The California Lemon Law is one of the most consumer-friendly lemon laws in the nation. The California Lemon Law was designed to protect consumers who purchase or lease new or used vehicles in California with a manufacturer’s warranty where the vehicle has been subject to repeated repairs for the same issue.
IS MY VEHICLE A “LEMON”?
The California Lemon law applies to new and used vehicles purchased or leased in the State of California that are sold with a manufacturer’s written warranty.
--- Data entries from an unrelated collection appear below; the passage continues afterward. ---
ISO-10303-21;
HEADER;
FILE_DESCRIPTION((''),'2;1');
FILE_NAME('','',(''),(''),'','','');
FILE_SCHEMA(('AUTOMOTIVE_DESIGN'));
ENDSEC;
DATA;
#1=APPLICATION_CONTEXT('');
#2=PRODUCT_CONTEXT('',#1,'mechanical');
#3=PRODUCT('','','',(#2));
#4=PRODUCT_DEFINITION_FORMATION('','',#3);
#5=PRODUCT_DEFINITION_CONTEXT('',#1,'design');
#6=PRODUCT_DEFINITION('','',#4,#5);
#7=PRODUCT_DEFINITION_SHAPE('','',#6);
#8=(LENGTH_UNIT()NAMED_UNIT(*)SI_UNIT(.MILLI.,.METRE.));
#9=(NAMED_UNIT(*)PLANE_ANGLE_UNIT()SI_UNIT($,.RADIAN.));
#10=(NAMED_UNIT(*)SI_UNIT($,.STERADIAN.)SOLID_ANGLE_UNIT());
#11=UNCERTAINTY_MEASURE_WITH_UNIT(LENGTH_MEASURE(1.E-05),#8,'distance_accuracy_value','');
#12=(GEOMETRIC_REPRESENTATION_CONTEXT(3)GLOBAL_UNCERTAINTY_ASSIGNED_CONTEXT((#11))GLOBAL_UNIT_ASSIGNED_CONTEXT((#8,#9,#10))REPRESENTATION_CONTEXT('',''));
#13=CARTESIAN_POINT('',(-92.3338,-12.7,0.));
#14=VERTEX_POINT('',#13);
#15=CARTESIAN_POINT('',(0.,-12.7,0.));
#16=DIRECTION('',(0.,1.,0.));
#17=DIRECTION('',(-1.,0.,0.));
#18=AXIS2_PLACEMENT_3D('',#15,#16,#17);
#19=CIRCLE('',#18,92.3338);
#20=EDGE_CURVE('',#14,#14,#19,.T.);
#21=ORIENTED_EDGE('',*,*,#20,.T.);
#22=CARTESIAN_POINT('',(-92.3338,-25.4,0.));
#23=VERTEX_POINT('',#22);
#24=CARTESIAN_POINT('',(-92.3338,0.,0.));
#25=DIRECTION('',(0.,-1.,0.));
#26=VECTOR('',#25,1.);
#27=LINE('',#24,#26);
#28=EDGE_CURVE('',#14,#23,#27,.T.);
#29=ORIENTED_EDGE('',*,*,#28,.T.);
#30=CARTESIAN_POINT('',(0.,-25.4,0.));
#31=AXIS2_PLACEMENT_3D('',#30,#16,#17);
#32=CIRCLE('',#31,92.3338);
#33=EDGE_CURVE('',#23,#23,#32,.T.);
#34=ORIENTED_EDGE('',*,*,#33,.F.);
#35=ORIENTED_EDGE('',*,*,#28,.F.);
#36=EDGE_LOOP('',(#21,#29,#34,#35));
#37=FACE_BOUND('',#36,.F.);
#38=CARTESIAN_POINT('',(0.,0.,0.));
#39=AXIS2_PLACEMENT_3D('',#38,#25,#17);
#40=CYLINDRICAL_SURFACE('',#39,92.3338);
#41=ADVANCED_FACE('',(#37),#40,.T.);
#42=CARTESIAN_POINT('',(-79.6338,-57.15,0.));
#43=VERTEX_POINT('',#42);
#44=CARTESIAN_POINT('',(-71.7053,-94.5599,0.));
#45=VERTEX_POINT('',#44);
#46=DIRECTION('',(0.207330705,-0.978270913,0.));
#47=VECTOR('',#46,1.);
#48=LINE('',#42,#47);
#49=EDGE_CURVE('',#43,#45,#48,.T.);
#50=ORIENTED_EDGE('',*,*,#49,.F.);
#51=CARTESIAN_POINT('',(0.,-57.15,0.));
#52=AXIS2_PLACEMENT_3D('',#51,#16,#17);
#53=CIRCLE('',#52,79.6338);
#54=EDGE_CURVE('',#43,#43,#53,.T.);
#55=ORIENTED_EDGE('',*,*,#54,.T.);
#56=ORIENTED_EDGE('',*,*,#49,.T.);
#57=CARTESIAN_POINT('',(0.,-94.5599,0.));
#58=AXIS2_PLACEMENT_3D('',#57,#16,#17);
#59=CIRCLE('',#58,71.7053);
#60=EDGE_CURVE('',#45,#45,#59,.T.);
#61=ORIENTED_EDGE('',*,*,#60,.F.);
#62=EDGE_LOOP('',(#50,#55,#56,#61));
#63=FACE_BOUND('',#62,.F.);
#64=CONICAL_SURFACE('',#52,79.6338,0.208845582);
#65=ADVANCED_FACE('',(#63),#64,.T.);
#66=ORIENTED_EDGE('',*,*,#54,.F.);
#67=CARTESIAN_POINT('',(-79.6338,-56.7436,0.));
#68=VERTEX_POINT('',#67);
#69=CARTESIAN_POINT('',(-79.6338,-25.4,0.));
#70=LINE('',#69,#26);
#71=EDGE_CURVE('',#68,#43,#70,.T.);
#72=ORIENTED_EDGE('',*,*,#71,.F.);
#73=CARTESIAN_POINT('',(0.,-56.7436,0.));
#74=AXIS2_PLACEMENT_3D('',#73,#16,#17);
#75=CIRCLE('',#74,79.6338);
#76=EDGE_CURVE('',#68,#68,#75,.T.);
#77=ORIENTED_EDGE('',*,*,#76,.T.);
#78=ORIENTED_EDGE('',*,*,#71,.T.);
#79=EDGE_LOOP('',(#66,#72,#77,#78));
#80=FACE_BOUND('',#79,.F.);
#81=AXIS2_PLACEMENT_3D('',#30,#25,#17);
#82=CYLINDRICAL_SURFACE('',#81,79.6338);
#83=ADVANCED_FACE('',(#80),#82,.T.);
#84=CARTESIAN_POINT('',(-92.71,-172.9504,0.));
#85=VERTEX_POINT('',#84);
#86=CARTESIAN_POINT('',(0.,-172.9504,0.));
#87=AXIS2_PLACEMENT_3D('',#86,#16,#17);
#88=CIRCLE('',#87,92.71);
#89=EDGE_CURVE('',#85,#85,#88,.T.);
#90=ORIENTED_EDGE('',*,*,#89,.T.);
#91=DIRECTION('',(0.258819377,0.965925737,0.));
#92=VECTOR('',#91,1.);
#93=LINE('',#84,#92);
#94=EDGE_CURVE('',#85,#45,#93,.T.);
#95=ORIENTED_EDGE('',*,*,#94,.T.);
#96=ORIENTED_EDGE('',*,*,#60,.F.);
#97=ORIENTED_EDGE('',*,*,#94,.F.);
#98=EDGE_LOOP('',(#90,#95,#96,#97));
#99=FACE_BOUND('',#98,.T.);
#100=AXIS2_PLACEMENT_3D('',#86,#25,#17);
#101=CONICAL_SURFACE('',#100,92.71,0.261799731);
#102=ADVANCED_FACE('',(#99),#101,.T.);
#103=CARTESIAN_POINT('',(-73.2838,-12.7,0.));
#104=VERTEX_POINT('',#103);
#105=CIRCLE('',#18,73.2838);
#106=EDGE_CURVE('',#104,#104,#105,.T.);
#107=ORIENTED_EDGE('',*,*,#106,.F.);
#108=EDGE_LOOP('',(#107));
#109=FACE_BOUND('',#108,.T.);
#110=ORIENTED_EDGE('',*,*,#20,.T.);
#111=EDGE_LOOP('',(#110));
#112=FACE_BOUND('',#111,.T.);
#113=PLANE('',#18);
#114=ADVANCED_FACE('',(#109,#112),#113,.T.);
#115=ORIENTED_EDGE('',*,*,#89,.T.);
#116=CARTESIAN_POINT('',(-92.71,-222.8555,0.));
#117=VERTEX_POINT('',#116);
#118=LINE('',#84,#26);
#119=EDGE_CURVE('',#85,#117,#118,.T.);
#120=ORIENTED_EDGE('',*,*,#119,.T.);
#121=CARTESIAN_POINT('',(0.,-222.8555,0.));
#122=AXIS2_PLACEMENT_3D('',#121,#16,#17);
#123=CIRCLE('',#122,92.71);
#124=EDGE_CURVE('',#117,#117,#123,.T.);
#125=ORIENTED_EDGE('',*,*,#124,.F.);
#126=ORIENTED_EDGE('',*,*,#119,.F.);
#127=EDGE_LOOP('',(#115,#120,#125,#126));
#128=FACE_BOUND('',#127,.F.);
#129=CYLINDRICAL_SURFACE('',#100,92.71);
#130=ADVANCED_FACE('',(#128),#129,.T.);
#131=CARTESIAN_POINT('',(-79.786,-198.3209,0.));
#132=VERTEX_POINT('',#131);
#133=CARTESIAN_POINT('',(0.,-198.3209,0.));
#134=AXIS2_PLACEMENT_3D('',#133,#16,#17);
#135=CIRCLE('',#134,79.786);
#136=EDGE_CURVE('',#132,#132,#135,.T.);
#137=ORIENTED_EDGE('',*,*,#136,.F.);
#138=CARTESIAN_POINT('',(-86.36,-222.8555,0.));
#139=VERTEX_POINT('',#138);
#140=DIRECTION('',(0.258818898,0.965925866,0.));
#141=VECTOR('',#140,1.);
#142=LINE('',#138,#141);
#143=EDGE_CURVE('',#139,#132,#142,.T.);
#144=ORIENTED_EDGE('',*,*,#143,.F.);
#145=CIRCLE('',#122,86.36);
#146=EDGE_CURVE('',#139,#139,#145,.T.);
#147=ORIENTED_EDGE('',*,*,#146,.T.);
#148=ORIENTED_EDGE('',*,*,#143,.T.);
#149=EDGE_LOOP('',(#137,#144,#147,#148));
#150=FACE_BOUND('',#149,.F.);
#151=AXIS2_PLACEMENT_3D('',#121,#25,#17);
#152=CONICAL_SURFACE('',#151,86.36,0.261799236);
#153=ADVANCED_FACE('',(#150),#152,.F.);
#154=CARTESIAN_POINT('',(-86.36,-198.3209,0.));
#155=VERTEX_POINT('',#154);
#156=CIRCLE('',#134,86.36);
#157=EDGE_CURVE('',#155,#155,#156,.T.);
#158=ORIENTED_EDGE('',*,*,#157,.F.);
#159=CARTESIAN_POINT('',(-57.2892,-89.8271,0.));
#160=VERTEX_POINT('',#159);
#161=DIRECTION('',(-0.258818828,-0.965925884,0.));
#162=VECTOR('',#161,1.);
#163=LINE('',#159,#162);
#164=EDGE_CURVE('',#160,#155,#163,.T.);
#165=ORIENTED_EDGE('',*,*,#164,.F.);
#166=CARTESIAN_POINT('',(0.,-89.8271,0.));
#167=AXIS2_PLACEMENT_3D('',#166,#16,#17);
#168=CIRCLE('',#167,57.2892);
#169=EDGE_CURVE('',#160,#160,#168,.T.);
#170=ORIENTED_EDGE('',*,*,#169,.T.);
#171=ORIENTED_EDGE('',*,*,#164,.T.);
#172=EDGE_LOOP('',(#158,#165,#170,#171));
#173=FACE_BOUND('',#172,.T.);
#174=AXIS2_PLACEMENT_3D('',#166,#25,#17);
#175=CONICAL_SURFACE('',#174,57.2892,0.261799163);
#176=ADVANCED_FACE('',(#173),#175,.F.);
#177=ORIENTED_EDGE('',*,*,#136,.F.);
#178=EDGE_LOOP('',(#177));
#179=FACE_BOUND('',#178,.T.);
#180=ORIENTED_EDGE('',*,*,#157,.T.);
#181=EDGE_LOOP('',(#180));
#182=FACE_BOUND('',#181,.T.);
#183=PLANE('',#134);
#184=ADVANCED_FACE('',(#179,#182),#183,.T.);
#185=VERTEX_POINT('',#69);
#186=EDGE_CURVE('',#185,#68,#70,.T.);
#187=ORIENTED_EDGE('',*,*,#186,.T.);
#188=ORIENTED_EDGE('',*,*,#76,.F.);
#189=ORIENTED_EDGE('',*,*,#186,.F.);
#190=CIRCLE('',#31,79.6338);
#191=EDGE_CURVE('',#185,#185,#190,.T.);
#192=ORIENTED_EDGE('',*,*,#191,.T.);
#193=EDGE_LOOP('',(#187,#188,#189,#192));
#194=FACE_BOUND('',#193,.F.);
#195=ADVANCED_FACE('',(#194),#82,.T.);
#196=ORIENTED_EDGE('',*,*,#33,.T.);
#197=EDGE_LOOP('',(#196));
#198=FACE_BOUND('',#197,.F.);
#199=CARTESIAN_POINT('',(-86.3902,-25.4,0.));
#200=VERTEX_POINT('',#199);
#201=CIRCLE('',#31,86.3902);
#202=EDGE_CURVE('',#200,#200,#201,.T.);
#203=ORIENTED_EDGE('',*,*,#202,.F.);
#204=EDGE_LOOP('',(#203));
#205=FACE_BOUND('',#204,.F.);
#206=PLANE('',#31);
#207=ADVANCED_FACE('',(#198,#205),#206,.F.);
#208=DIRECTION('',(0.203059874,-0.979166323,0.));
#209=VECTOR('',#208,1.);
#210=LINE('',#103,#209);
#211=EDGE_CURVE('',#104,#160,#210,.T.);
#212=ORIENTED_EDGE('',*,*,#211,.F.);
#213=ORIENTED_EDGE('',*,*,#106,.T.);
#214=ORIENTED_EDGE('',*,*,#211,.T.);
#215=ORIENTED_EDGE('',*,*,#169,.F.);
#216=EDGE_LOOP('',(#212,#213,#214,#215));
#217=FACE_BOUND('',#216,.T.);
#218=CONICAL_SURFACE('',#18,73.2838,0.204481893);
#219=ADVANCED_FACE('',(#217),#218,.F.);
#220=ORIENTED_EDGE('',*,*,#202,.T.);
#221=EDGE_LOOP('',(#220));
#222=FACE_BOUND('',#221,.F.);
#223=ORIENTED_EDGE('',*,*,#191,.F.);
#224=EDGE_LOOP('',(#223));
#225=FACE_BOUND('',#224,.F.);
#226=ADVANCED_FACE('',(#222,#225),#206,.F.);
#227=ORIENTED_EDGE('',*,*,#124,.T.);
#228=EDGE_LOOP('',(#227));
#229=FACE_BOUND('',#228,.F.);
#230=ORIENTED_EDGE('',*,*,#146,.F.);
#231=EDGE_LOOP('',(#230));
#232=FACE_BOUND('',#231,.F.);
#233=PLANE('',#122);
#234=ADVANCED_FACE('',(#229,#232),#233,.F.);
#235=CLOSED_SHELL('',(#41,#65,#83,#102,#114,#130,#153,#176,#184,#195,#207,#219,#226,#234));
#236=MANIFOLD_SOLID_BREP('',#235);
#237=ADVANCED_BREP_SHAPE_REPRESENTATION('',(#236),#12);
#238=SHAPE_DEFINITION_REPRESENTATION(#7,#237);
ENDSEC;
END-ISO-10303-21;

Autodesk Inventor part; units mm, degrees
ref_plane "YZ Plane" through (0, 0, 0) normal (1, 0, 0) x (0, 1, 0)
ref_plane "XZ Plane" through (0, 0, 0) normal (0, 1, 0) x (-1, 0, 0)
ref_plane "XY Plane" through (0, 0, 0) normal (0, 0, 1) x (1, 0, 0)
sketch "Sketch1" plane through (0, 0, 0) normal (0, 0, 1) x (1, 0, 0)
  line L0 (0, 25.4) -> (-28.702, 25.4) construction
  line L1 (0, 25.4) -> (-95.25, 25.4) construction
  line L2 (-95.25, 25.4) -> (-89.1588, 25.4) construction
  line L3 (-89.1588, 25.4) -> (-85.693, 23.7839) construction
  line L4 (-89.1588, 25.4) -> (-89.1588, 21.1626) construction
  line L5 (-89.1588, 0) -> (-95.25, 0)
  line L6 (-28.702, 59.6457) -> (-28.702, -91.9304) construction
  arc A0 (-28.9184, -8.4804) -> (-32.3684, -1.0818) centre (-35.052, -6.8369) ccw
  line L7 (-89.1588, 25.4) -> (-89.1588, 0)
  line L8 (-89.1588, 25.4) -> (-32.3684, -1.0818)
  line L9 (-28.9184, -8.4804) -> (-28.9392, -8.5583)
  line L10 (0, -319.0244) -> (0, 122.7573) projected
  line L11 (-73.152, 17.9359) -> (-28.702, 17.9359) construction
  line L12 (-89.1588, 0) -> (-92.3338, 0)
  line L13 (11.4547, -6.8369) -> (-136.2084, -6.8369) construction
  line L14 (-57.2892, -89.8271) -> (-86.36, -198.3209)
  line L15 (-92.3338, -12.7) -> (-73.2838, -12.7)
  line L16 (-73.2838, -12.7) -> (-54.421, -103.6575)
  line L17 (-92.71, -222.8555) -> (-86.36, -222.8555)
  line L18 (-86.36, -198.3209) -> (-79.786, -198.3209)
  line L19 (-92.71, -172.9504) -> (-71.7053, -94.5599)
  line L20 (-92.3338, -25.4) -> (-79.6338, -25.4)
  line L21 (-79.6338, -25.4) -> (-79.6338, -57.15)
  line L22 (-79.6338, -57.15) -> (-71.7053, -94.5599)
  line L23 (-92.3338, 0) -> (-92.3338, -25.4)
  line L24 (-92.71, -172.9504) -> (-92.71, -222.8555)
  line L25 (-86.3902, -25.4) -> (-86.3902, -31.3436)
  line L26 (-86.3902, -31.3436) -> (-92.3338, -31.3436)
  line L27 (-92.3338, -31.3436) -> (-92.3338, -56.7436)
If your vehicle has repeat problems that substantially impair the use, value OR safety of the vehicle that the dealer is unable to repair the problems after a reasonable number of repair attempts, or days out of service, then your vehicle may be a “lemon” entitling you to a refund or a replacement vehicle, or cash compensation.
Some of the most common vehicle defects that give rise to damages under the California Lemon Law include, but are not limited to, the following:
- Transmission failures
- Transmission shuddering conditions
- Grinding noises coming from the transmission
- Transmission shifting problems
- Engine failures
- Hesitation conditions
- Stalling conditions
- No-Start conditions
- Steering and suspension defects
- Electrical problems
- Air conditioner failures
- Infotainment system failures
- Lane departure system malfunctions
- Air bag defects
- Engine Oil Leaks
- Transmission Fluid Leaks
- Coolant Leaks
- Water Leaks
- Paint defects
- Power steering loss
- Suspension noise
- Alignment defects and pulling conditions
- Sudden and uncontrolled acceleration
- Suspension and brake vibrations and suspension noise
- Mold and mildew smells
WHAT AM I ENTITLED TO RECOVER IF I HAVE A “LEMON”?
If your vehicle is determined to be a “lemon,” you are entitled to have the manufacturer repurchase or replace your defective vehicle. Even if your vehicle does not meet the technical requirements to be considered a “lemon” you may still be entitled to cash compensation.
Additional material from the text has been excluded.